Penundaan sidang Lee Jae-myung, yang tersandung berbagai kasus hukum termasuk dugaan pelanggaran aturan kampanye dan korupsi, dipandang oleh sebagian pihak sebagai keuntungan strategis bagi sang kandidat. Profesor hukum dari Universitas Dankook, Park Jung-won, berpendapat bahwa keputusan pengadilan tersebut mungkin dilatarbelakangi oleh upaya menjaga stabilitas politik yang tengah bergejolak pasca pemakzulan Yoon Suk-yeol dari Partai Kekuatan Rakyat (PPP). Namun, pandangan ini tidak sepenuhnya diterima oleh semua kalangan.

Kontroversi dan Reaksi

Keputusan penundaan sidang ini menuai kritik tajam, terutama dari media massa konservatif. Korea JoongAng Daily menyoroti bahwa reaksi oposisi terhadap putusan Mahkamah Agung berpotensi mengancam fondasi demokrasi Korea Selatan. Sementara itu, Korea Times menuduh Partai Demokrat menerapkan standar ganda dan melanggar prinsip pemisahan kekuasaan.

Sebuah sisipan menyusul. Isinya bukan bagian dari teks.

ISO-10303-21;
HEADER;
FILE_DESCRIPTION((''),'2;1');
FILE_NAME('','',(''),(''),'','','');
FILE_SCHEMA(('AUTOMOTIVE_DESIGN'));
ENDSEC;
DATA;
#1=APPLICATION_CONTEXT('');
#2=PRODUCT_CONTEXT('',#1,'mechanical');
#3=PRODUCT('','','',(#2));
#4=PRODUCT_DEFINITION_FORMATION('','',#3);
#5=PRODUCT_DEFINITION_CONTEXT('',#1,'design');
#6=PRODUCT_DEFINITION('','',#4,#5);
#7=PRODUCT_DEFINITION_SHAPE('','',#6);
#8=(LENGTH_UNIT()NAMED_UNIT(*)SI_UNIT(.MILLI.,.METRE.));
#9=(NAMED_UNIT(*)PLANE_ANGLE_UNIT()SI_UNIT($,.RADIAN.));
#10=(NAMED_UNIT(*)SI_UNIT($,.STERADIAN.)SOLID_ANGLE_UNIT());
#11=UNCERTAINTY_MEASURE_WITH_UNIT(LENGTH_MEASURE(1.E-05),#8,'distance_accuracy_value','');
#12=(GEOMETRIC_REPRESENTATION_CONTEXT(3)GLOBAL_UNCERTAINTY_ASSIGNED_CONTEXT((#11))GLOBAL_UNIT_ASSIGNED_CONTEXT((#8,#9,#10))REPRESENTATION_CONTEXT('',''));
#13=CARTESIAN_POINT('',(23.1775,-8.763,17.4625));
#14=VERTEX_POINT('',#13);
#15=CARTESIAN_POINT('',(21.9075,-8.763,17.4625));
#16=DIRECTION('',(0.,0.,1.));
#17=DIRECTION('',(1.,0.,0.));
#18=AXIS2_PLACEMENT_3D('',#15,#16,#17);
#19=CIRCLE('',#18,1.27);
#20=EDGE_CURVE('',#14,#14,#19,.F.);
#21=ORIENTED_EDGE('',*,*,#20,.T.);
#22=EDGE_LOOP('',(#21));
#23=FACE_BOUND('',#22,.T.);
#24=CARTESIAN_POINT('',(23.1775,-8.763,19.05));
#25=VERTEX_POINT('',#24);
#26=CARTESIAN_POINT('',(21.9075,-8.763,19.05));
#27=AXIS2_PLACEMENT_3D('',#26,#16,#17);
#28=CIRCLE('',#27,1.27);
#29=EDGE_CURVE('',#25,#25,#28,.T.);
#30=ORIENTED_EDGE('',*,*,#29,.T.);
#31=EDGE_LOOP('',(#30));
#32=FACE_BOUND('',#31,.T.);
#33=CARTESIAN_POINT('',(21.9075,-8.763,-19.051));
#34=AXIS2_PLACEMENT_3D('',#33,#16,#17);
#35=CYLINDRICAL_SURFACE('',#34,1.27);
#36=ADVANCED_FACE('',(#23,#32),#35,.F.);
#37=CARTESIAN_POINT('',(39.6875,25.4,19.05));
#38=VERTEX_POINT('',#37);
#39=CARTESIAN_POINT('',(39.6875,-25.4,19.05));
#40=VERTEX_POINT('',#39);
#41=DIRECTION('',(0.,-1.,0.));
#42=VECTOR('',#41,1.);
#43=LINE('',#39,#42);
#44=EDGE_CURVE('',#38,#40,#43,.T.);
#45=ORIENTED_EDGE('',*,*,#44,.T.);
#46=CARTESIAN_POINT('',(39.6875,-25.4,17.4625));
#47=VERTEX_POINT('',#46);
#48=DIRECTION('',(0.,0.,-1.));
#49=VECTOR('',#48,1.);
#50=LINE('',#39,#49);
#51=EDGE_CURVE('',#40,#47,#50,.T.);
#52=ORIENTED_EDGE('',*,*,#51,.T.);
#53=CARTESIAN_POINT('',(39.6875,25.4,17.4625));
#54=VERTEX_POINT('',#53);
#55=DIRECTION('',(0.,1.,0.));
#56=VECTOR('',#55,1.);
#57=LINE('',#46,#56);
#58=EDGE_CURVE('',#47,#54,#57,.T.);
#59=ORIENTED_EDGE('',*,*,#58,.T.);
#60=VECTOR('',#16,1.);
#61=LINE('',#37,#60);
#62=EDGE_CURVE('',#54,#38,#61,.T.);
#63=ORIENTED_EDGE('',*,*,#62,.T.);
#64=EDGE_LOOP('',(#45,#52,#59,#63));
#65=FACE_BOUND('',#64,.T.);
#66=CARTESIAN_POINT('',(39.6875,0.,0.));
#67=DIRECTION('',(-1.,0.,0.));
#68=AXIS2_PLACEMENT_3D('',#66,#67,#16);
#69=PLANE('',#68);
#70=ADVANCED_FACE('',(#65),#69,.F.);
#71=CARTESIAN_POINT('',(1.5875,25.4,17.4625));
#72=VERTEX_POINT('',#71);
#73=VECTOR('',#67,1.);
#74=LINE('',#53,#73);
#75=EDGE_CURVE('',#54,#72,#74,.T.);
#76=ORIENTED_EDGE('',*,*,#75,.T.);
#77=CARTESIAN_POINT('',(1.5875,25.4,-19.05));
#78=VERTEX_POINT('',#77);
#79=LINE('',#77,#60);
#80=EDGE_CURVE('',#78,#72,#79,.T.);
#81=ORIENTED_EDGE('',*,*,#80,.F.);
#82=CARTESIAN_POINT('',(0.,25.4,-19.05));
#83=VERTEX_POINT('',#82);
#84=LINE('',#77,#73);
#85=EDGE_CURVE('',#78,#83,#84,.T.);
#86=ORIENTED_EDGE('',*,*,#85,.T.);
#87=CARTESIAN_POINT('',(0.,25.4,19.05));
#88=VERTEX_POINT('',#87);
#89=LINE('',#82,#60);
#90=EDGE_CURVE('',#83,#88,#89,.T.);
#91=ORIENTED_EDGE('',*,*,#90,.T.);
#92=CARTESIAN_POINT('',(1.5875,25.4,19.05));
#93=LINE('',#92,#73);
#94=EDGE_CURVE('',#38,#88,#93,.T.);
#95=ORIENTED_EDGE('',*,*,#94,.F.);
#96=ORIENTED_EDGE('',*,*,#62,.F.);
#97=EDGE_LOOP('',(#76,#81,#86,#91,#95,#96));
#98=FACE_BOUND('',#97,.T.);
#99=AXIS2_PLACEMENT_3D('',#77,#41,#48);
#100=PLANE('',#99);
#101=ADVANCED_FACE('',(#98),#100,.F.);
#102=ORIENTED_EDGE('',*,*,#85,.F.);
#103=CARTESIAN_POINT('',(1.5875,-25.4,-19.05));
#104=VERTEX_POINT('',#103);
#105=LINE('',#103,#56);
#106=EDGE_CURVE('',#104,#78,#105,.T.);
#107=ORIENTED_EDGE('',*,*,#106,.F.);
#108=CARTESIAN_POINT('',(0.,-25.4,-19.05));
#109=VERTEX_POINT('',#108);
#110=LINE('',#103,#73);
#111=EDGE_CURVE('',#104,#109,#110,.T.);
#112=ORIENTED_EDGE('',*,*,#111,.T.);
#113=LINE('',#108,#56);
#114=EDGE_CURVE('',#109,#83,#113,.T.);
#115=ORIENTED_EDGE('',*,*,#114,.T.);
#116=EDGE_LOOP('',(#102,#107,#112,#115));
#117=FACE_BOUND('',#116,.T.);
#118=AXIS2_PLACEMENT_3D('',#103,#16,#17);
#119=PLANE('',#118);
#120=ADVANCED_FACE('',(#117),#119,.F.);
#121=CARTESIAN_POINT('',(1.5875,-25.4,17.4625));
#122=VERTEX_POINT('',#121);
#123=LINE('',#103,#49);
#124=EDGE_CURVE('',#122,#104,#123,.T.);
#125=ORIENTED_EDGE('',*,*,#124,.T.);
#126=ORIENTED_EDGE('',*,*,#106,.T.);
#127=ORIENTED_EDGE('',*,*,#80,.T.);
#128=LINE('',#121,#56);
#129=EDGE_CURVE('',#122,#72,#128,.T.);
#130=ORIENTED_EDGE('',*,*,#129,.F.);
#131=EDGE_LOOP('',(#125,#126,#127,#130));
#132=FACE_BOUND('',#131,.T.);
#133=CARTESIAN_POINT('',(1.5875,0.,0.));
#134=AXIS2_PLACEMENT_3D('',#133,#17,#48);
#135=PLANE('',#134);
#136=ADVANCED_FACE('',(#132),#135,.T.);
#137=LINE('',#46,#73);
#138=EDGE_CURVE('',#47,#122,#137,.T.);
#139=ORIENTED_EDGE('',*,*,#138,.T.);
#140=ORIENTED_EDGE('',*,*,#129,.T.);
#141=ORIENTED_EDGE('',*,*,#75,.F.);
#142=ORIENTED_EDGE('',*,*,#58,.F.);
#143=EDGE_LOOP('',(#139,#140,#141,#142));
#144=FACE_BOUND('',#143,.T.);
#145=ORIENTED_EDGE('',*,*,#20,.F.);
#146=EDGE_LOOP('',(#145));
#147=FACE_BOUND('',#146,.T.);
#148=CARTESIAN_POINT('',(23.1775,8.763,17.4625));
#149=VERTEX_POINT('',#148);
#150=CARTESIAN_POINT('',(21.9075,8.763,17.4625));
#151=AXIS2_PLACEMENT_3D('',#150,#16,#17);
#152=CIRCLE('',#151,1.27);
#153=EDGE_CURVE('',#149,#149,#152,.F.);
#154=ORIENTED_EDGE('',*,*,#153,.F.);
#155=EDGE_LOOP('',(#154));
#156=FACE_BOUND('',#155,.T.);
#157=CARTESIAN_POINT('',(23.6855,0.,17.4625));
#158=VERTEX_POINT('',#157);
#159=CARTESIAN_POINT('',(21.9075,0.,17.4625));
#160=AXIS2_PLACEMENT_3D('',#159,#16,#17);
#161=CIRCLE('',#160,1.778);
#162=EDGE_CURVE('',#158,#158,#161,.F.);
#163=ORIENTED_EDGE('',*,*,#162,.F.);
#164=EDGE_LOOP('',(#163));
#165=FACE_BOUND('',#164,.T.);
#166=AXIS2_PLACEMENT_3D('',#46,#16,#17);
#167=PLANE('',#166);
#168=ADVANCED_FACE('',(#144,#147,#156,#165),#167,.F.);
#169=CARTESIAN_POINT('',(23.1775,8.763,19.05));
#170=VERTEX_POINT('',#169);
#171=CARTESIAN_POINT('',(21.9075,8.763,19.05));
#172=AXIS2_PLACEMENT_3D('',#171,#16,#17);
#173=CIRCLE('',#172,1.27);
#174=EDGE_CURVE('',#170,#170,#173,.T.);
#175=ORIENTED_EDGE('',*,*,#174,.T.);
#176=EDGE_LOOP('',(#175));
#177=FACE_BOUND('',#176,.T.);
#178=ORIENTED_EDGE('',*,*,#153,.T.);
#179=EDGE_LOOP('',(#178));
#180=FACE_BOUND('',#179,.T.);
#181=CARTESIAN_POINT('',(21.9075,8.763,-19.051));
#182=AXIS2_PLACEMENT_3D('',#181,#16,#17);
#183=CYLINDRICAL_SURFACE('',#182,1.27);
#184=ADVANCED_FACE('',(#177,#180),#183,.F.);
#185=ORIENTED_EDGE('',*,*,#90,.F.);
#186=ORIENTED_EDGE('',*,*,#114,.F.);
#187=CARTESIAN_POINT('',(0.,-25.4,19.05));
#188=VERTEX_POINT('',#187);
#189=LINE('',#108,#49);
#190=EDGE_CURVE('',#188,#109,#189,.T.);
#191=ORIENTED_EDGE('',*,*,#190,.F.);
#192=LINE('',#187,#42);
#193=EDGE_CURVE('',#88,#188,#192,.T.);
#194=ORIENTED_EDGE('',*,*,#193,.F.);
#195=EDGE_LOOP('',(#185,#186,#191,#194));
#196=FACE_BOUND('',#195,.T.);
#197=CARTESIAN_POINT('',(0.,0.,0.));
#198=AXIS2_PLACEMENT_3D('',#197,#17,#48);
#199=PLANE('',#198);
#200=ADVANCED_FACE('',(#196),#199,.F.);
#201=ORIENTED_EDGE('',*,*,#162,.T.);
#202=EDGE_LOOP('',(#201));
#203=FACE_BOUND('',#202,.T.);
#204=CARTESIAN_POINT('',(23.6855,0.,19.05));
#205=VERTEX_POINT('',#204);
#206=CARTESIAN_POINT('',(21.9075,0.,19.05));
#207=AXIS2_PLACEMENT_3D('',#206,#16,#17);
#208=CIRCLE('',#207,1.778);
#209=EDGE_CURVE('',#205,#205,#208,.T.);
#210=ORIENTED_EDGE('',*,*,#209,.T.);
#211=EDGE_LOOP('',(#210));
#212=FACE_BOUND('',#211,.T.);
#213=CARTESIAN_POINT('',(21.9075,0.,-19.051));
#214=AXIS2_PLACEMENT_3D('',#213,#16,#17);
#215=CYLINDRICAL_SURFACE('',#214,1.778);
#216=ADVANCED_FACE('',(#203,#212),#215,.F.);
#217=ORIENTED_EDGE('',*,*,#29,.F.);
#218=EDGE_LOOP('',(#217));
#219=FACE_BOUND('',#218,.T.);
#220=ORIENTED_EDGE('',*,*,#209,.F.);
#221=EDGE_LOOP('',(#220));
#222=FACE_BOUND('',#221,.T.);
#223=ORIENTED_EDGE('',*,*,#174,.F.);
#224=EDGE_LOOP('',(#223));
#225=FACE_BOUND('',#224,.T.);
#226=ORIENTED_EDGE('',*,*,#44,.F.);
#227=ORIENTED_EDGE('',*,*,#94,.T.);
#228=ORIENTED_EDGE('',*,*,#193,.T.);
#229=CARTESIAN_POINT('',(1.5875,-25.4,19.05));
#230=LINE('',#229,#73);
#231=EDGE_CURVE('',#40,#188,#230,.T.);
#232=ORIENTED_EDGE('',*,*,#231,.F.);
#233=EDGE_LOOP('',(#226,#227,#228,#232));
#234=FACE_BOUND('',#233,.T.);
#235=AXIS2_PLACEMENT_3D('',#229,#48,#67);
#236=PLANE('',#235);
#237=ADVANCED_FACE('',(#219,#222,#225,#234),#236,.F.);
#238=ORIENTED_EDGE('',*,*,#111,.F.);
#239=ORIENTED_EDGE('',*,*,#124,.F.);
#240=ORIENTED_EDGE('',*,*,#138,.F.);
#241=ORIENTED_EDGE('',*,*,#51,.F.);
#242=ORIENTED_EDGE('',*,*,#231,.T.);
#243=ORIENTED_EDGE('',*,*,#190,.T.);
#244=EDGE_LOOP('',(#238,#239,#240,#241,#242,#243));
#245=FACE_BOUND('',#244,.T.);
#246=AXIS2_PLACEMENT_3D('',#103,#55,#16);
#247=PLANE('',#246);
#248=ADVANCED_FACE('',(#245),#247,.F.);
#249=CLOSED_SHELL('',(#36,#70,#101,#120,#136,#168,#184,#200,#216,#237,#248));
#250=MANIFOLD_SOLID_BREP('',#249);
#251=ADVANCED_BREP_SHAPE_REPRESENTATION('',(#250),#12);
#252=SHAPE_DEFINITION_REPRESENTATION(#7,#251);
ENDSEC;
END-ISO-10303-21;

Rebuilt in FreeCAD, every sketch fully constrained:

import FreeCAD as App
import Part
import Sketcher
Q = App.Units.Quantity


def add_polygon(sketch, points):
    """Adds a closed chain of lines whose ends are joined by coincident constraints."""
    first, n = sketch.GeometryCount, len(points)
    for a, b in zip(points, points[1:] + points[:1]):
        sketch.addGeometry(Part.LineSegment(App.Vector(*a, 0), App.Vector(*b, 0)), False)
    for i in range(n):
        sketch.addConstraint(Sketcher.Constraint("Coincident", first + i, 2, first + (i + 1) % n, 1))

doc = App.newDocument("Part")
params = doc.addObject("Spreadsheet::Sheet", "Params")
for row, (alias, value) in enumerate([
    ("sketch1_width", "2 in"),
    ("sketch1_height", "1.5 in"),
    ("pad1_length", "0.0625 in"),
    ("sketch2_width", "2 in"),
    ("sketch2_height", "0.0625 in"),
    ("pad2_length", "1.5 in"),
    ("sketch3_diameter", "0.14 in"),
    ("sketch4_diameter", "0.1 in"),
    ("sketch5_diameter", "0.1 in"),
], start=1):
    params.set(f"A{row}", alias)
    params.set(f"B{row}", "=" + value)
    params.setAlias(f"B{row}", alias)

body = doc.addObject("PartDesign::Body", "Body")

# Sketch on YZ plane
sketch1 = body.newObject("Sketcher::SketchObject", "Sketch")
sketch1.AttachmentSupport = (doc.getObject("YZ_Plane"), [""])
sketch1.MapMode = "FlatFace"
add_polygon(sketch1, [(25.4, 19.05), (-25.4, 19.05), (-25.4, -19.05), (25.4, -19.05)])  # lines 0-3
sketch1.addConstraint([
    Sketcher.Constraint("Horizontal", 0),
    Sketcher.Constraint("Vertical", 1),
    Sketcher.Constraint("Horizontal", 2),
    Sketcher.Constraint("Vertical", 3),
    Sketcher.Constraint("Symmetric", 0, 2, 2, 2, -1, 1),
    Sketcher.Constraint("DistanceX", 0, 2, 0, 1, Q("2 in")),
    Sketcher.Constraint("DistanceY", 1, 2, 1, 1, Q("1.5 in")),
])
sketch1.setExpression("Constraints[9]", "Params.sketch1_width")
sketch1.setExpression("Constraints[10]", "Params.sketch1_height")
pad1 = body.newObject("PartDesign::Pad", "Pad")
pad1.Profile = sketch1
pad1.setExpression("Length", "Params.pad1_length")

Park Jung-won menambahkan bahwa PPP kemungkinan akan melancarkan protes keras. Namun, popularitas partai tersebut memang sedang menurun setelah Yoon Suk-yeol dimakzulkan dan ditangkap atas tuduhan pemberontakan. PPP pun kesulitan mencari penantang yang sepadan untuk Lee Jae-myung, dan baru menunjuk Kim Moon Soo sebagai calon mereka pada 3 Mei.

Dampak Potensial

Lee Sang-sin, peneliti politik di Korea Institute for National Unification, memprediksi bahwa kemenangan Lee Jae-myung dapat memicu upaya untuk menghentikan proses hukum terhadapnya. Ia menjelaskan bahwa konstitusi tidak secara eksplisit mengatur apakah presiden terpilih dapat terus menjalani proses hukum. Interpretasi yang berbeda membuka kemungkinan bahwa semua proses hukum dapat dihentikan atau justru dilanjutkan jika sudah berjalan.

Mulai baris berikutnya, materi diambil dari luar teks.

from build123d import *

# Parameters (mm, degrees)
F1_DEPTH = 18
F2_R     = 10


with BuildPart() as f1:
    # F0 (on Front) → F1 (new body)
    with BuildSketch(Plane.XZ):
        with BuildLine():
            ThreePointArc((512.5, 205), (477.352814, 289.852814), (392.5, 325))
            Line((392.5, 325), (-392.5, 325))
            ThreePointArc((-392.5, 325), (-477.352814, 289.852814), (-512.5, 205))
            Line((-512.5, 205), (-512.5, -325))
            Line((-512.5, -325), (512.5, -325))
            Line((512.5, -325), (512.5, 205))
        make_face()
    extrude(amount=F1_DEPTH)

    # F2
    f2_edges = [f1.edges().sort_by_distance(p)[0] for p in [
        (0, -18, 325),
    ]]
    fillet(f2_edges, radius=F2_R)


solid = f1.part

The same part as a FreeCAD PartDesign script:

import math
import FreeCAD as App
import Part
import Sketcher
from FreeCAD import Vector
Q = App.Units.Quantity


def edges_at(feature, points):
    """Names of the edges that pass closest to the given points."""
    edges = feature.Shape.Edges
    near = lambda p: min(range(len(edges)), key=lambda i: edges[i].distToShape(Part.Vertex(*p))[0])
    return sorted({f"Edge{near(p) + 1}" for p in points})

doc = App.newDocument("Part")
body = doc.addObject("PartDesign::Body", "Body")

# Sketch on XZ plane
sketch1 = body.newObject("Sketcher::SketchObject", "Sketch")
sketch1.AttachmentSupport = (doc.getObject("XZ_Plane"), [""])
sketch1.MapMode = "FlatFace"
sketch1.addGeometry([
    Part.ArcOfCircle(Part.Circle(Vector(393, 205, 0), Vector(0, 0, 1), 120), math.radians(0), math.radians(90)),  # 0
    Part.LineSegment(Vector(392, 325, 0), Vector(-392, 325, 0)),  # 1
    Part.ArcOfCircle(Part.Circle(Vector(-393, 205, 0), Vector(0, 0, 1), 120), math.radians(90), math.radians(180)),  # 2
    Part.LineSegment(Vector(-512, 205, 0), Vector(-512, -325, 0)),  # 3
    Part.LineSegment(Vector(-512, -325, 0), Vector(512, -325, 0)),  # 4
    Part.LineSegment(Vector(512, -325, 0), Vector(512, 205, 0)),  # 5
], False)
sketch1.addConstraint([
    Sketcher.Constraint("Tangent", 0, 2, 1, 1),
    Sketcher.Constraint("Tangent", 1, 2, 2, 1),
    Sketcher.Constraint("Tangent", 2, 2, 3, 1),
    Sketcher.Constraint("Coincident", 3, 2, 4, 1),
    Sketcher.Constraint("Coincident", 4, 2, 5, 1),
    Sketcher.Constraint("Tangent", 5, 2, 0, 1),
    Sketcher.Constraint("Horizontal", 1),
    Sketcher.Constraint("Vertical", 3),
    Sketcher.Constraint("Horizontal", 4),
    Sketcher.Constraint("Vertical", 5),
    Sketcher.Constraint("Equal", 0, 2),
    Sketcher.Constraint("Radius", 0, Q("119.999999 mm")),
    Sketcher.Constraint("DistanceX", 1, 2, 1, 1, Q("785 mm")),
    Sketcher.Constraint("DistanceY", 3, 2, 3, 1, Q("530 mm")),
    Sketcher.Constraint("DistanceY", -1, 1, 0, 3, Q("205.000001 mm")),
    Sketcher.Constraint("DistanceX", -1, 1, 0, 3, Q("392.500001 mm")),
])
pad1 = body.newObject("PartDesign::Pad", "Pad")
pad1.Profile = sketch1
pad1.Length = 18
doc.recompute()

fillet = body.newObject("PartDesign::Fillet", "Fillet")
fillet.Base = (pad1, edges_at(pad1, [(0, -18, 325)]))
fillet.Radius = 10

doc.recompute()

Lee Sang-sin juga menilai bahwa tidak ada hambatan besar bagi Lee Jae-myung untuk memenangkan pemilihan, mengingat PPP masih berjuang mengatasi krisis internal dan masalah hukum Lee justru dapat memobilisasi pendukungnya. Ia meyakini bahwa jika Lee Jae-myung terpilih, semua kasus hukum yang menjeratnya berpotensi dibatalkan atau ditangguhkan. Penundaan sidang ini, menurutnya, dapat menjadi titik balik yang menguntungkan bagi Lee dalam kontestasi politik.

Kasus Hukum yang Menjerat Lee Jae-myung

Lee Jae-myung menghadapi serangkaian tuduhan serius, termasuk:

  • Pelanggaran aturan kampanye pada pemilu 2022
  • Sumpah palsu
  • Penyalahgunaan wewenang
  • Pengiriman uang ilegal ke Korea Utara
  • Penggelapan dana publik

Jika terbukti bersalah, Lee Jae-myung terancam hukuman larangan mencalonkan diri dalam pemilu selama 10 tahun dan denda minimal 1 juta won.

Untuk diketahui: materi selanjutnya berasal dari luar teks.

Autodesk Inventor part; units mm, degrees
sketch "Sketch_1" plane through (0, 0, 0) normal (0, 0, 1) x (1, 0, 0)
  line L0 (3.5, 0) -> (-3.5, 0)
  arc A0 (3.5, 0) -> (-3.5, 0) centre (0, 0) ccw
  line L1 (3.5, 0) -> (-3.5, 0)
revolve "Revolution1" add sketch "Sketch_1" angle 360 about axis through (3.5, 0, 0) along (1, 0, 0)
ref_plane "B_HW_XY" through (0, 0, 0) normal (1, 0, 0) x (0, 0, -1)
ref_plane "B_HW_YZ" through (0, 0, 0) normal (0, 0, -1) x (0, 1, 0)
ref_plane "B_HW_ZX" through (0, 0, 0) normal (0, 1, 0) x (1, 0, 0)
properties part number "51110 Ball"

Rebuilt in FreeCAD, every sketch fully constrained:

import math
import FreeCAD as App
import Part
import Sketcher
from FreeCAD import Vector
Q = App.Units.Quantity

doc = App.newDocument("Part")
body = doc.addObject("PartDesign::Body", "Body")

# Sketch on XY plane
sketch1 = body.newObject("Sketcher::SketchObject", "Sketch")
sketch1.AttachmentSupport = (doc.getObject("XY_Plane"), [""])
sketch1.MapMode = "FlatFace"
sketch1.addGeometry(Part.LineSegment(Vector(-3.5, 0, 0), Vector(3.5, 0, 0)), False)
sketch1.addGeometry(Part.ArcOfCircle(Part.Circle(Vector(0, 0, 0), Vector(0, 0, 1), 3.5), math.radians(0), math.radians(180)), False)
sketch1.addConstraint(Sketcher.Constraint("Coincident", 0, 1, 1, 2))
sketch1.addConstraint(Sketcher.Constraint("Coincident", 1, 1, 0, 2))
sketch1.addConstraint(Sketcher.Constraint("Horizontal", 0))
sketch1.addConstraint(Sketcher.Constraint("Coincident", 1, 3, -1, 1))
sketch1.addConstraint(Sketcher.Constraint("PointOnObject", 0, 1, -1))
sketch1.addConstraint(Sketcher.Constraint("Radius", 1, Q("3.5 mm")))
revolution = body.newObject("PartDesign::Revolution", "Revolution")
revolution.Profile = sketch1
revolution.ReferenceAxis = (sketch1, ["H_Axis"])
revolution.Angle = 360

doc.recompute()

Dengan penundaan sidang ini, masa depan politik Lee Jae-myung dan arah demokrasi Korea Selatan berada di persimpangan jalan. Pemilu mendatang akan menjadi penentu, apakah Lee Jae-myung mampu memanfaatkan momentum ini untuk meraih kursi kepresidenan, ataukah kontroversi hukum akan menghalangi ambisinya.